These two articles provide for the application of the principles of legal equality, voluntariness, compensation and bona fides in share issues and in share trading. These values are
of course ones that most legal systems would seek to reflect, although how these values
will be applied in practice is not always clear. Presumably, the PRC securities regulator will
seek to ensure compliance with these values in its role as market regulator.21 Apart from
this broad regulatory oversight, it is necessary to look to more specific provisions elsewhere in the Securities Law. However, apart from the inherent vagueness and the unwieldy nature of these principles, some are inherently uncertain, such as the principle of
"good faith" which appears in Art 4.
Unstated in Ch 1 is what might be called the "nationality" principle. Thus we find in Art 138
that before a securities company can open an account for a client wishing to trade in securities in China, the client must be a Chinese citizen or be a Chinese legal person. This policy is furthered by the division of shares into different classes, A shares, B shares and H
shares. A shares can only be traded by Chinese citizens; while B shares are to be sold to
purchasers outside China and are priced in US dollar amounts. In contrast, H shares are
issued for the purposes of foreign capital raising in Hong Kong. While B shares are technically reserved for foreigners, the bulk of trading in these shares is undertaken by local
Chinese citizens.22
Article 213 states that "... [s]pecific measures in respect of shares of companies in China
which are to be subscribed and traded in foreign currencies by persons and organizations
outside of China shall be formulated separately by the State Council". In the meantime,
foreigners will continue to be excluded from the purchase of A shares.
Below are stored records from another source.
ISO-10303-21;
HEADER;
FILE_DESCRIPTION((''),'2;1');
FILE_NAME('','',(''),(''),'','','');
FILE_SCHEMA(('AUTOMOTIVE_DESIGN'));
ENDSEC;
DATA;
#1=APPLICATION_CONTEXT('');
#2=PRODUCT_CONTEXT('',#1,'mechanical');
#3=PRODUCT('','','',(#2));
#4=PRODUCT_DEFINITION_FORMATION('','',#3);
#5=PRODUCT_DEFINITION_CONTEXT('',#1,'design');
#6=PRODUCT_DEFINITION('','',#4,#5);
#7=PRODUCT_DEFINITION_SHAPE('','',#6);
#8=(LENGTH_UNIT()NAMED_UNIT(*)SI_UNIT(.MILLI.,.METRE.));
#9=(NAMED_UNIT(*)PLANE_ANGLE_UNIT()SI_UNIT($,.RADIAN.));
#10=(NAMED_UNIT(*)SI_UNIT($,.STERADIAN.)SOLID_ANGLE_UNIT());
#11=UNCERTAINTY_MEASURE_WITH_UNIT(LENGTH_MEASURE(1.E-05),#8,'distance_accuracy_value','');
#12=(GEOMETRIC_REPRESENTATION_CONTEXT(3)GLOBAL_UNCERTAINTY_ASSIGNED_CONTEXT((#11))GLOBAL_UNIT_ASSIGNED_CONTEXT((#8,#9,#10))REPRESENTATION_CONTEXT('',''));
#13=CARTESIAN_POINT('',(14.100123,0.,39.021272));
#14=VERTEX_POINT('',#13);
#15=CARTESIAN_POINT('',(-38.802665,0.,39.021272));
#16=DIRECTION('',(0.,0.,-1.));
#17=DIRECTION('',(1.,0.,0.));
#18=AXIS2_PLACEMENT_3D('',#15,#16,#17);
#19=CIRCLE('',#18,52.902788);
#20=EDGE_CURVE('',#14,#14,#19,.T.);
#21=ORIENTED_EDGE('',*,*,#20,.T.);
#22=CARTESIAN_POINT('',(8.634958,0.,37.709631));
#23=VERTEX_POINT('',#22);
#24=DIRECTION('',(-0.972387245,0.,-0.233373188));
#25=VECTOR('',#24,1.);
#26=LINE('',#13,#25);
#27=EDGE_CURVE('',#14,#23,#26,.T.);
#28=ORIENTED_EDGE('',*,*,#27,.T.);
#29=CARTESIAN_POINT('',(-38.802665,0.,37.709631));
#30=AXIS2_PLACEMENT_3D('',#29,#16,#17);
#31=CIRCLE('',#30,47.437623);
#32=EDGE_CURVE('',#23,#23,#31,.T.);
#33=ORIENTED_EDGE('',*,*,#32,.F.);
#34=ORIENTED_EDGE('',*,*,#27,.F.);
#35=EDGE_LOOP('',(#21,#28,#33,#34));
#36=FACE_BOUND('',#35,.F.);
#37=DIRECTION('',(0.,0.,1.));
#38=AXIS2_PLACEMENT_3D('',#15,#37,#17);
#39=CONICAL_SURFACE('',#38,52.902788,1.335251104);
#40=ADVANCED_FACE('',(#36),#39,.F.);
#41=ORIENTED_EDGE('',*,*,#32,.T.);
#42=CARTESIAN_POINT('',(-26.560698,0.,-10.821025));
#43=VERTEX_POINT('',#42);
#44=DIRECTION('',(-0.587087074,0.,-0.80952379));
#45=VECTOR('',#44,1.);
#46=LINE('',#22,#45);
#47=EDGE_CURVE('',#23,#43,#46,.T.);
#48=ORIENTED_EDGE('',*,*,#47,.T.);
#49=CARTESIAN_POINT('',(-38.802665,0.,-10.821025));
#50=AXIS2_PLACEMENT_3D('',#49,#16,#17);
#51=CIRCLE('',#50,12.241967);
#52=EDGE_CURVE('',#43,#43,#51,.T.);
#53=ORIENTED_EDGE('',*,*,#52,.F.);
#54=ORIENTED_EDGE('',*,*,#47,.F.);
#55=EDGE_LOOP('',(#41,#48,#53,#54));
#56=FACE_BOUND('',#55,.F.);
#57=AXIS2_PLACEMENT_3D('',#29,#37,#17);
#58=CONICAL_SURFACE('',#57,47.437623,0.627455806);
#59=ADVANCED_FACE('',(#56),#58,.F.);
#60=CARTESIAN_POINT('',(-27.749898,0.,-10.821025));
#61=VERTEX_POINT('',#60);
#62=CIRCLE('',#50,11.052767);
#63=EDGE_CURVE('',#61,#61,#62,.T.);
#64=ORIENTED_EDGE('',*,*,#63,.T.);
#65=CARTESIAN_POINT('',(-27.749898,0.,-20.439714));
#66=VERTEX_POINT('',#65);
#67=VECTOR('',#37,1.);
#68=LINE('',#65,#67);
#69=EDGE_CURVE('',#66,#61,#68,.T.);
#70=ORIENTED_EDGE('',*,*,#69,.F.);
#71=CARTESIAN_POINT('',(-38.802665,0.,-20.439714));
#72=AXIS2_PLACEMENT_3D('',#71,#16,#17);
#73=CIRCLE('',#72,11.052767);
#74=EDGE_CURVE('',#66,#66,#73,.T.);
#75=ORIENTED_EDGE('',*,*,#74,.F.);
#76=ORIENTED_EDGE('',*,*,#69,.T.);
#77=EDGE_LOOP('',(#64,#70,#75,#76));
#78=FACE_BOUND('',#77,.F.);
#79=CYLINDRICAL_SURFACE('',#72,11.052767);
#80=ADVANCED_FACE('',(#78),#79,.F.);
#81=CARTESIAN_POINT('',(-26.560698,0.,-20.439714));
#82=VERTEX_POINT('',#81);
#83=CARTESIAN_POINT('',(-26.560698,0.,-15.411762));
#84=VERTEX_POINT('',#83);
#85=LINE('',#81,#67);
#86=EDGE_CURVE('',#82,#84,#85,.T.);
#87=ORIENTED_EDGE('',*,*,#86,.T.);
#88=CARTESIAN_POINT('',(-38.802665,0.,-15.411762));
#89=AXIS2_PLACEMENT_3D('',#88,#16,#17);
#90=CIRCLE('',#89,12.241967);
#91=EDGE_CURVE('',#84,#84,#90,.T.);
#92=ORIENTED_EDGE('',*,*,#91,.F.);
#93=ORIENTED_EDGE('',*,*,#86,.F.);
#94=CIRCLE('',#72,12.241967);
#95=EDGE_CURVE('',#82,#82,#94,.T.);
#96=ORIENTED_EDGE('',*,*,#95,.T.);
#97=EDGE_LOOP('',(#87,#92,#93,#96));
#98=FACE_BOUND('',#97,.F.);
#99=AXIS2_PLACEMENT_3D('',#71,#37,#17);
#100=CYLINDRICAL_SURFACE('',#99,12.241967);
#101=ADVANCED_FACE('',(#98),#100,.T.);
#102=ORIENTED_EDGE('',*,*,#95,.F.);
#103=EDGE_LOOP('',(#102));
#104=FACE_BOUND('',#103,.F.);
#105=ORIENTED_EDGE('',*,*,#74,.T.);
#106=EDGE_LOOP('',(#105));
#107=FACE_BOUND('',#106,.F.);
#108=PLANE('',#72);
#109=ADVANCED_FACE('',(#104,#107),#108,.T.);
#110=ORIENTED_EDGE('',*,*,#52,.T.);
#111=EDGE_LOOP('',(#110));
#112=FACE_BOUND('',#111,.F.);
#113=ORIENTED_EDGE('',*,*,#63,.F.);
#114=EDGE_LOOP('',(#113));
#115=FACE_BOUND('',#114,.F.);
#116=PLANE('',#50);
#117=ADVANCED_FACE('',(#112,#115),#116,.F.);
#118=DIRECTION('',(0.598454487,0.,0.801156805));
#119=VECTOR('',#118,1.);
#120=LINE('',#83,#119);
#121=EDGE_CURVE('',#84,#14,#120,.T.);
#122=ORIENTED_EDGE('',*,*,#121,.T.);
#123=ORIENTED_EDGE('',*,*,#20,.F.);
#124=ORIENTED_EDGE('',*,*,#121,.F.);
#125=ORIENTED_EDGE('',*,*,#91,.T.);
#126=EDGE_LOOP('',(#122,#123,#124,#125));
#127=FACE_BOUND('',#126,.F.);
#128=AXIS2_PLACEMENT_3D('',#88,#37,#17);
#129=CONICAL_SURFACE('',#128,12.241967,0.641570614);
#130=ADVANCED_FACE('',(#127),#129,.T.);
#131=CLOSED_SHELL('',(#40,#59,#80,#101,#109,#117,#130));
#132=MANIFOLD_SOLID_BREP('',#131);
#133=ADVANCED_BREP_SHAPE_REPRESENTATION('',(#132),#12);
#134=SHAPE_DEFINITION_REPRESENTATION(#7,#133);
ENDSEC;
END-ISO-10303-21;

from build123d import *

# Parameters (mm, degrees)
F2_R     = 11.052767
F3_DEPTH = 25.4


with BuildPart() as f1:
    # F0 (on Front) → F1 (revolve)
    with BuildSketch(Plane.XZ):
        Polygon((14.100123, 39.021272), (8.634958, 37.709631), (-26.560698, -10.821025), (-38.802665, -10.821025), (-38.802665, -20.439714), (-26.560698, -20.439714), (-26.560698, -15.411762), align=None)
    revolve(axis=Axis((-38.802665, 0, -15.63037), (0, 0, -1)))

    # F2 (on face) → F3 (cut)
    with BuildSketch(Plane(origin=(0, 0, -20.439714), x_dir=(1, 0, 0), z_dir=(0, 0, -1))):
        with Locations((-38.802665, 0)):
            Circle(F2_R)
    extrude(amount=-F3_DEPTH, mode=Mode.SUBTRACT)


solid = f1.part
This is because the
A shares market is still considered to be too fragile to be opened up to foreign investors.23
More pointedly, the restriction placed on foreigners being able to trade in the A shares
market seems to be motivated by a fear of international speculative trading of the kind
sometimes associated in Asia with funds managers such as George Soros.24
As Qiao Xiaoyang, the vice-chairman of the Legislative Affairs Commission of the Standing
Committee of the NPC noted, the restriction on foreigners trading in A shares is aimed at
"sheltering the stock market from foreign speculative capital raids".25 A complicating factor
here is that Chinese law makers seem to have linked the issue of opening up A shares to
foreigners to a move to the full convertibility of PRC currency,26 something which China is
seeking to avoid for the moment.27 Since 1991, the equivalent of almost US$57 billion was
raised through the issue of A shares; US$4.66 billion was raised through the issue of B
shares and US$10.08 billion was raised through the issue of H shares in Hong Kong.28
However, the B share market has fluctuated greatly and has been subject to thin trading.29
Trading on the A share market has also been lacklustre. In late January 1999, for example,
it was also reported that the Shanghai securities market had fallen by 21%, while the
Shenzhen stock market had fallen by 31%.30 Weak markets for both A shares and B
shares have led to a slowdown in the listing of new companies as a result of the failure of
central authorities to approve additional listings under the quota system that exists for this
Page 5
purpose. This has been attributed to the oversupply of state owned enterprises seeking
new capital from the market.31 In this context it may however be noted that Art 44 of the
Securities Law provides that "[t]he state encourages the listing of company shares which is
in compliance with the industrial policy and requirements for listing".
Page 6
The Securities Law seeks to separate four areas of commercial activity in China. Thus, Art
6 of the law proclaims that the securities industry is to be administered and is to operate
separately from the banking, insurance and trust industries. This Article provides that:
Securities business shall be engaged in and administered as a business
separate from the banking business, trust business and insurance business.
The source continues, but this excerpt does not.